Problem to solve - Below is a listing. Write out exactly its lines between the one holding "#34=EDGE_CURVE('',#24,#31,#33,.T.);" and the one holding "#41=DIRECTION('',(1.,0.,0.));", inclusive.

Data for the task -
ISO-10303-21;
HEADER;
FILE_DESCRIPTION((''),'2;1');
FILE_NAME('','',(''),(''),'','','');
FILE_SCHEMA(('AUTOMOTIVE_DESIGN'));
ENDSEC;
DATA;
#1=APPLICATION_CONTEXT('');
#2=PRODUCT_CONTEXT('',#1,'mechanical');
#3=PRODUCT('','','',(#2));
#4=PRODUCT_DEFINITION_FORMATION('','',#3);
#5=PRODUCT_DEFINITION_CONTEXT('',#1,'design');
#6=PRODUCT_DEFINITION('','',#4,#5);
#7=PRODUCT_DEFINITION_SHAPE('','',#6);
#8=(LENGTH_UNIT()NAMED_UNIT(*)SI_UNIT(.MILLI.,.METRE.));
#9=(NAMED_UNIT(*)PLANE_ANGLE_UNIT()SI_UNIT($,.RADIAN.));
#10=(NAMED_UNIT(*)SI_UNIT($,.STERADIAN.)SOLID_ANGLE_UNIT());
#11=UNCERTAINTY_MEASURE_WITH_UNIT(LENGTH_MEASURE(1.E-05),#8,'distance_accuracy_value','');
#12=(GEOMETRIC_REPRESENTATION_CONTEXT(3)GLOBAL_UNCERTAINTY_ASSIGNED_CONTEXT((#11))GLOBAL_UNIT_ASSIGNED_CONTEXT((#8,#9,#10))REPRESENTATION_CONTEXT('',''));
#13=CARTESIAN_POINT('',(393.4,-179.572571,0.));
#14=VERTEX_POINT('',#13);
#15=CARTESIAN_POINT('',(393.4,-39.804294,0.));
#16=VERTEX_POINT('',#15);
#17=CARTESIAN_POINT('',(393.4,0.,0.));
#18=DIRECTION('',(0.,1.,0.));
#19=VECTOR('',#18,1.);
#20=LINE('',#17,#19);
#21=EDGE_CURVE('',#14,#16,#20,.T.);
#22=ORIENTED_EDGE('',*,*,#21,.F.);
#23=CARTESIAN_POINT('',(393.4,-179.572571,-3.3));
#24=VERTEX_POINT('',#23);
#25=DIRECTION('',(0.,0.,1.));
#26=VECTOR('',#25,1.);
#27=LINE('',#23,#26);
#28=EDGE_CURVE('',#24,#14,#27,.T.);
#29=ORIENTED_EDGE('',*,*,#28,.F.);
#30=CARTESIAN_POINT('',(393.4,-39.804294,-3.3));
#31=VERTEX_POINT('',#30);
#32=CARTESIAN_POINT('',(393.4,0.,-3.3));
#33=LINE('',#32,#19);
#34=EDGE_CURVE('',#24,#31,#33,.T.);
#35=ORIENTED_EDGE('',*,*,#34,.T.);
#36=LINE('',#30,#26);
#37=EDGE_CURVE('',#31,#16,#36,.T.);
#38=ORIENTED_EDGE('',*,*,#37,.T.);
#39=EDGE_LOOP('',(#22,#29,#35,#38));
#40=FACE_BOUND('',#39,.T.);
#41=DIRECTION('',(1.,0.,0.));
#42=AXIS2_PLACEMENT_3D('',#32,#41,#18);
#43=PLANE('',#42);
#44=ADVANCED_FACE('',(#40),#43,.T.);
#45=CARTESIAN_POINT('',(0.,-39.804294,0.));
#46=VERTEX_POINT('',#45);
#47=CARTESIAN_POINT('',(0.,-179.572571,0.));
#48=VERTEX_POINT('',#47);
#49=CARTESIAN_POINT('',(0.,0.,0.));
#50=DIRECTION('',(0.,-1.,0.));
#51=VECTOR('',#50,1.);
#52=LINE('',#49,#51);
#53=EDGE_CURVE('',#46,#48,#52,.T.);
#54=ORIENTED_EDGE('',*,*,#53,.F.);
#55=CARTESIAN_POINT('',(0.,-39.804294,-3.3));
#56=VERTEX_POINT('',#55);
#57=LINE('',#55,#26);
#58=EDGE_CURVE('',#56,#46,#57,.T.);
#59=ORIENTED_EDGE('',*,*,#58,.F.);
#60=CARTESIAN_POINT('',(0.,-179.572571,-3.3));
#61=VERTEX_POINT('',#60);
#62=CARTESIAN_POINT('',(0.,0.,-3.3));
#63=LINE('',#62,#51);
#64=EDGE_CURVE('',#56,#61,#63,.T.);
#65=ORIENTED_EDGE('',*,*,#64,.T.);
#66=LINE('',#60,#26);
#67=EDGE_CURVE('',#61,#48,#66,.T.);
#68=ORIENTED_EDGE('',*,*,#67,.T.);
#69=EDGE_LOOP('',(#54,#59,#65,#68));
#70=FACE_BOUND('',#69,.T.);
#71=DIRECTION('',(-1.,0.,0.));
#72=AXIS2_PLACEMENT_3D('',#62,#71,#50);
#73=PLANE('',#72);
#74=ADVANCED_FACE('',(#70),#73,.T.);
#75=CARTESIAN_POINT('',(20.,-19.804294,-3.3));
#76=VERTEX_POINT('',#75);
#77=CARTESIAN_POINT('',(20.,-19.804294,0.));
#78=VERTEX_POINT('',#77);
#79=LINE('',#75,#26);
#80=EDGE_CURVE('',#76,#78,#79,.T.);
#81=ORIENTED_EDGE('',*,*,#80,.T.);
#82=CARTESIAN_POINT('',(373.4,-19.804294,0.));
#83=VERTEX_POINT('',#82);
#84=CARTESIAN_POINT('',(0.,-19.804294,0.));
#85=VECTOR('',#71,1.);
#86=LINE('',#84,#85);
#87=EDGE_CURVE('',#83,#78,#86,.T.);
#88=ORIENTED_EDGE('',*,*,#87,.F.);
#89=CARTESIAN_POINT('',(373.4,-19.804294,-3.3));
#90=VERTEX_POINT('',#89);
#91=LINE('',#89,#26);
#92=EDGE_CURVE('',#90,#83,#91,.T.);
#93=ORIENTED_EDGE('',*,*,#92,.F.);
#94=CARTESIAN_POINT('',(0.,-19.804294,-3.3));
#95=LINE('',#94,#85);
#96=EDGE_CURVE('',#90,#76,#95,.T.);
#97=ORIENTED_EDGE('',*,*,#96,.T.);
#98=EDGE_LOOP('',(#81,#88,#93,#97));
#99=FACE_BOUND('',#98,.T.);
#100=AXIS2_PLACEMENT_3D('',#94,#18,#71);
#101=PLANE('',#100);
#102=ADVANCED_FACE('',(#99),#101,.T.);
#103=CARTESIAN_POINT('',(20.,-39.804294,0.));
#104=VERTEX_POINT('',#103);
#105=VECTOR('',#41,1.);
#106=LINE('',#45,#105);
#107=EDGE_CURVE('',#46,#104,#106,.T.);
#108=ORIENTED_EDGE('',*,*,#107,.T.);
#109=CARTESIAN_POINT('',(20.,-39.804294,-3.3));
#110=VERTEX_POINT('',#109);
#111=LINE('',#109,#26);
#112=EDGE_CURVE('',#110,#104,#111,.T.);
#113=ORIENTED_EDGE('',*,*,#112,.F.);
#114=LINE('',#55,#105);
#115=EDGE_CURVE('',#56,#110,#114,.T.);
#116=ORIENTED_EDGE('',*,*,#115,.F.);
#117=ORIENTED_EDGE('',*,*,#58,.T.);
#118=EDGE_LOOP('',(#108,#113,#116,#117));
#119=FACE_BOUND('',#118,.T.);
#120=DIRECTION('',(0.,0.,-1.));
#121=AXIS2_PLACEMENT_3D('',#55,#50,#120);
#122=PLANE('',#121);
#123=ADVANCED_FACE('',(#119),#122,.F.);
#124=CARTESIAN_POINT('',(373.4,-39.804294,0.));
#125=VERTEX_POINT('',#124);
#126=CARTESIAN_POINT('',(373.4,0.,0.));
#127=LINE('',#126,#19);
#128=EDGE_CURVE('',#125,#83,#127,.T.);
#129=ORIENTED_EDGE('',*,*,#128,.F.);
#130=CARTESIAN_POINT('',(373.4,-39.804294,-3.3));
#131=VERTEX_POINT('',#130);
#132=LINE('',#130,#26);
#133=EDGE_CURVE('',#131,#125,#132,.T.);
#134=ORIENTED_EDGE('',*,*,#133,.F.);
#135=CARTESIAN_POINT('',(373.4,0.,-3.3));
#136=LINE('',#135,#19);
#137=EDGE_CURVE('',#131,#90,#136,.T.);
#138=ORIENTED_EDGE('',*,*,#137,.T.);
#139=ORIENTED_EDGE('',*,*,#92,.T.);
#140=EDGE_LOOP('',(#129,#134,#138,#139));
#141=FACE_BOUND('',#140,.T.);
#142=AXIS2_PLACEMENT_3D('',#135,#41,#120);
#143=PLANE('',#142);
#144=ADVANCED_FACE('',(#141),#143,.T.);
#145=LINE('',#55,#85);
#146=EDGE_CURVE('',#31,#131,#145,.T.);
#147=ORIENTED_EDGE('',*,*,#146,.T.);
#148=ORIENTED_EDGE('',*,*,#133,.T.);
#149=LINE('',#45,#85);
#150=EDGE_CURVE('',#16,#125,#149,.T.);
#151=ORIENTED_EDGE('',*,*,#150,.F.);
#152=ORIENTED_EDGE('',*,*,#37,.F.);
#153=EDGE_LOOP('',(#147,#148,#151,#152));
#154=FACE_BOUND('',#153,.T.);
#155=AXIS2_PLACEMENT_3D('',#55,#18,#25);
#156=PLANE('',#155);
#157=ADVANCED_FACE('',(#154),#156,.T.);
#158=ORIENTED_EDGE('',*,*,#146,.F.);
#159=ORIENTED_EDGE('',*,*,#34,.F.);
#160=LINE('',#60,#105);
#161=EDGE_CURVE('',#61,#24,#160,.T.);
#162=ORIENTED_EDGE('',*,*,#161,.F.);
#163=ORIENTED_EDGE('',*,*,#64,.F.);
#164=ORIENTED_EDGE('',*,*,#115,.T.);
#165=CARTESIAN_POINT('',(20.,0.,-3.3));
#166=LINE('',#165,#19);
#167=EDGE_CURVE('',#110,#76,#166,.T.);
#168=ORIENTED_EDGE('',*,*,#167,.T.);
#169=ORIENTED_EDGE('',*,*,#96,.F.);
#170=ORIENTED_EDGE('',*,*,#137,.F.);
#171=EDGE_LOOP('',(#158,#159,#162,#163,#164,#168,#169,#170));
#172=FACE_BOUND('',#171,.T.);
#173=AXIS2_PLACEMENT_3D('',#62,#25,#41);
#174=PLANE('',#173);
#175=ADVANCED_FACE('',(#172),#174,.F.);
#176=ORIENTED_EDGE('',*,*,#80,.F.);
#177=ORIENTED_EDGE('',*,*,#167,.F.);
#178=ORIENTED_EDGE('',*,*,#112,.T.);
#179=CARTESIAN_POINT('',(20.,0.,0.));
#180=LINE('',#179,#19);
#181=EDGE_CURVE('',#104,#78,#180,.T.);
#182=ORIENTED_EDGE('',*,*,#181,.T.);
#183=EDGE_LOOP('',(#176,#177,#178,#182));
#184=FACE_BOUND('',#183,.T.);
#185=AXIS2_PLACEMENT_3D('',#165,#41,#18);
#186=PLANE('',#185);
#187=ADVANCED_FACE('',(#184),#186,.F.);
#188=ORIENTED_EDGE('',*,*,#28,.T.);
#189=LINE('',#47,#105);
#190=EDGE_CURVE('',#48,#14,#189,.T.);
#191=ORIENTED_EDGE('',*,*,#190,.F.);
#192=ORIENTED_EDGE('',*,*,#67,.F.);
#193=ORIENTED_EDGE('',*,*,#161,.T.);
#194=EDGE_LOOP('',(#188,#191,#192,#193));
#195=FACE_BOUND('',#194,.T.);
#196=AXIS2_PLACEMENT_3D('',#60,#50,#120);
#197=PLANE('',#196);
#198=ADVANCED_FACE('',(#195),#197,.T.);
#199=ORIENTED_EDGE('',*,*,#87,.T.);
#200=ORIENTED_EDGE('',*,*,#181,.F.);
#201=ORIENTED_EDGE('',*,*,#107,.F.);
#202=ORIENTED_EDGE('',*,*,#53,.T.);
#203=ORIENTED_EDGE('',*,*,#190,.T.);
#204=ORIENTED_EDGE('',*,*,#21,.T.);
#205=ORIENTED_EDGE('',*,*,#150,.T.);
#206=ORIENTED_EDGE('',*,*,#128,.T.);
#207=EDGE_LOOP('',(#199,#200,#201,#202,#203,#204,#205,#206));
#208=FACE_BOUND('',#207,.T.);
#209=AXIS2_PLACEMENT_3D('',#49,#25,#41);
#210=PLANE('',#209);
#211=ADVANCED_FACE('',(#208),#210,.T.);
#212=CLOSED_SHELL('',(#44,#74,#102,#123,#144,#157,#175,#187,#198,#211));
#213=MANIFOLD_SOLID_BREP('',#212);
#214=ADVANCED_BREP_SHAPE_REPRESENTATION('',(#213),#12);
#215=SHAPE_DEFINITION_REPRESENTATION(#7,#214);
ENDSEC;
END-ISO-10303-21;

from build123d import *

# Parameters (mm, degrees)
SKETCH1_W           = 393.4
SKETCH1_H           = 139.768276909
SKETCH1_W_2         = 353.4
SKETCH1_H_2         = 20
BOSS_EXTRUDE1_DEPTH = 3.3


with BuildPart() as part:
    # Sketch1 → Boss-Extrude1 (new body)
    with BuildSketch(Plane.XY):
        with Locations((196.7, -109.688432202)):
            Rectangle(SKETCH1_W, SKETCH1_H)
        with Locations((196.7, -29.804293747)):
            Rectangle(SKETCH1_W_2, SKETCH1_H_2)
    extrude(amount=-BOSS_EXTRUDE1_DEPTH)


solid = part.part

Response for this exercise -
#34=EDGE_CURVE('',#24,#31,#33,.T.);
#35=ORIENTED_EDGE('',*,*,#34,.T.);
#36=LINE('',#30,#26);
#37=EDGE_CURVE('',#31,#16,#36,.T.);
#38=ORIENTED_EDGE('',*,*,#37,.T.);
#39=EDGE_LOOP('',(#22,#29,#35,#38));
#40=FACE_BOUND('',#39,.T.);
#41=DIRECTION('',(1.,0.,0.));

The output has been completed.